Find the sum of the above two base-35 numbers in base 35.

Clarifications:

For base-35 numbers: $0=0$ , $1=1$ , $2=2$ , ... $9=9$ , $A=10$ , $B=11$ , $C=12$ , ... $X=33$ , $Y=34$ , and $Z=35$ .
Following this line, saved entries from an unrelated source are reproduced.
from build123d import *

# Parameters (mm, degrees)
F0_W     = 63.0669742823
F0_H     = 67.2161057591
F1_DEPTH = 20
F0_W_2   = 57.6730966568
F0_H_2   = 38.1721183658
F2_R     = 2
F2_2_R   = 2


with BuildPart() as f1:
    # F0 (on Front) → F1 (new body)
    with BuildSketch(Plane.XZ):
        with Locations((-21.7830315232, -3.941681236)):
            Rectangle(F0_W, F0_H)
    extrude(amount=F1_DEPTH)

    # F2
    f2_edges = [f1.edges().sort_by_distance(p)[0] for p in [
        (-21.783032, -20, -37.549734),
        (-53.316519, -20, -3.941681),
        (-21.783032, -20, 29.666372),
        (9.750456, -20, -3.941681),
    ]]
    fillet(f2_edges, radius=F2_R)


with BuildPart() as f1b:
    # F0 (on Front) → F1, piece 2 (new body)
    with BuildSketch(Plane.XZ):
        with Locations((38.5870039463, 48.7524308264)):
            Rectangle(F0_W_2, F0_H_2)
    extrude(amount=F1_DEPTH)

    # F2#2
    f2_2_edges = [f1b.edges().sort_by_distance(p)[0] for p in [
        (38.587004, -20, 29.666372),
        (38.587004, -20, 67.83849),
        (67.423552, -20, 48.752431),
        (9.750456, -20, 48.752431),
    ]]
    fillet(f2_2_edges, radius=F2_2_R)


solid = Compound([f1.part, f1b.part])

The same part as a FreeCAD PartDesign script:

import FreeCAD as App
import Part
import Sketcher
Q = App.Units.Quantity


def edges_at(feature, points):
    """Names of the edges that pass closest to the given points."""
    edges = feature.Shape.Edges
    near = lambda p: min(range(len(edges)), key=lambda i: edges[i].distToShape(Part.Vertex(*p))[0])
    return sorted({f"Edge{near(p) + 1}" for p in points})


def add_polygon(sketch, points):
    """Adds a closed chain of lines whose ends are joined by coincident constraints."""
    first, n = sketch.GeometryCount, len(points)
    for a, b in zip(points, points[1:] + points[:1]):
        sketch.addGeometry(Part.LineSegment(App.Vector(*a, 0), App.Vector(*b, 0)), False)
    for i in range(n):
        sketch.addConstraint(Sketcher.Constraint("Coincident", first + i, 2, first + (i + 1) % n, 1))

doc = App.newDocument("Part")
body = doc.addObject("PartDesign::Body", "Body")

sketch1 = body.newObject("Sketcher::SketchObject", "Sketch")
sketch1.AttachmentSupport = (doc.getObject("XZ_Plane"), [""])
sketch1.MapMode = "FlatFace"
add_polygon(sketch1, [(-53, 30), (-53, -38), (10, -38), (10, 30)])
sketch1.addConstraint(Sketcher.Constraint("Vertical", 0))
sketch1.addConstraint(Sketcher.Constraint("Horizontal", 1))
sketch1.addConstraint(Sketcher.Constraint("Vertical", 2))
sketch1.addConstraint(Sketcher.Constraint("Horizontal", 3))
sketch1.addConstraint(Sketcher.Constraint("DistanceX", 1, 1, 1, 2, Q("63.066974 mm")))
sketch1.addConstraint(Sketcher.Constraint("DistanceY", 0, 2, 0, 1, Q("67.216106 mm")))
sketch1.addConstraint(Sketcher.Constraint("DistanceX", 0, 2, -1, 1, Q("53.316519 mm")))
sketch1.addConstraint(Sketcher.Constraint("DistanceY", -1, 1, 2, 2, Q("29.666372 mm")))
pad1 = body.newObject("PartDesign::Pad", "Pad")
pad1.Profile = sketch1
pad1.Length = 20
doc.recompute()

fillet = body.newObject("PartDesign::Fillet", "Fillet")
fillet.Base = (pad1, edges_at(pad1, [
    (-21.783, -20, -37.55),
    (-53.317, -20, -3.942),
    (-21.783, -20, 29.666),
    (9.75, -20, -3.942),
]))
fillet.Radius = 2
body2 = doc.addObject("PartDesign::Body", "Body001")

sketch2 = body2.newObject("Sketcher::SketchObject", "Sketch001")
sketch2.AttachmentSupport = (doc.getObject("XZ_Plane001"), [""])
sketch2.MapMode = "FlatFace"
add_polygon(sketch2, [(10, 68), (10, 30), (67, 30), (67, 68)])
sketch2.addConstraint(Sketcher.Constraint("Vertical", 0))
sketch2.addConstraint(Sketcher.Constraint("Horizontal", 1))
sketch2.addConstraint(Sketcher.Constraint("Vertical", 2))
sketch2.addConstraint(Sketcher.Constraint("Horizontal", 3))
sketch2.addConstraint(Sketcher.Constraint("DistanceY", 0, 2, 0, 1, Q("38.172118 mm")))
sketch2.addConstraint(Sketcher.Constraint("DistanceX", 1, 1, 1, 2, Q("57.673097 mm")))
sketch2.addConstraint(Sketcher.Constraint("DistanceY", -1, 1, 0, 2, Q("29.666372 mm")))
sketch2.addConstraint(Sketcher.Constraint("DistanceX", -1, 1, 0, 2, Q("9.750456 mm")))
pad2 = body2.newObject("PartDesign::Pad", "Pad001")
pad2.Profile = sketch2
pad2.Length = 20
doc.recompute()

fillet2 = body2.newObject("PartDesign::Fillet", "Fillet001")
fillet2.Base = (pad2, edges_at(pad2, [
    (38.587, -20, 29.666),
    (38.587, -20, 67.838),
    (67.424, -20, 48.752),
    (9.75, -20, 48.752),
]))
fillet2.Radius = 2

doc.recompute()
For the answer, enter the sum of the decimal values of the base-35 digits. For example:

If the sum is $REALLY$ and $REALLY=27+14+10+21+21+34=127$ , then the answer is $127$ .
If the sum is $45REALLY=4+5+27+14+10+21+21+34=136$ , then the answer is $136$ .

The answer is 130.

1 solution

Chew-Seong Cheong
Jun 9, 2016

$\begin{aligned} S & = (THIRTY)_{35} + (FIVE)_{35} \\ & = 35^5T_{35} + 35^4H_{35} + 35^3I_{35} + 35^2R_{35} + 35T_{35} + Y_{35} + 35^3F_{35} + 35^2I_{35} + 35V_{35} + E_{35} \\ & = 35^5(29) + 35^4(17) + 35^3(18) + 35^2(27) + 35(29) + 34 + 35^3(15) + 35^2(18) + 35(31) + 14 \\ & = 35^5(29) + 35^4(17) + 35^3(18+15) + 35^2(27+18) + 35(29+31) + 34+14 \\ & = 35^5(29) + 35^4(17) + 35^3(33) + 35^2(45) + 35(60) + 48 \\ & = 35^5(29) + 35^4(17) + 35^3(33) + 35^2(45) + 35(60\color{#D61F06}{+1}) + \color{#D61F06}{13} \\ & = 35^5(29) + 35^4(17) + 35^3(33) + 35^2(45\color{#D61F06}{+1}) + 35(\color{#D61F06}{26}) + 13 \\ & = 35^5(29) + 35^4(17) + 35^3(33\color{#D61F06}{+1}) + 35^2(\color{#D61F06}{11}) + 35(26) + 13 \\ & = 35^5(\color{#3D99F6}{29}) + 35^4(\color{#3D99F6}{17}) + 35^3(\color{#3D99F6}{34}) + 35^2(\color{#3D99F6}{11}) + 35(\color{#3D99F6}{26}) + \color{#3D99F6}{13} \end{aligned}$

Therefore, the answer is $\color{#3D99F6}{29+17+34+11+26+13} = \boxed{130}$ .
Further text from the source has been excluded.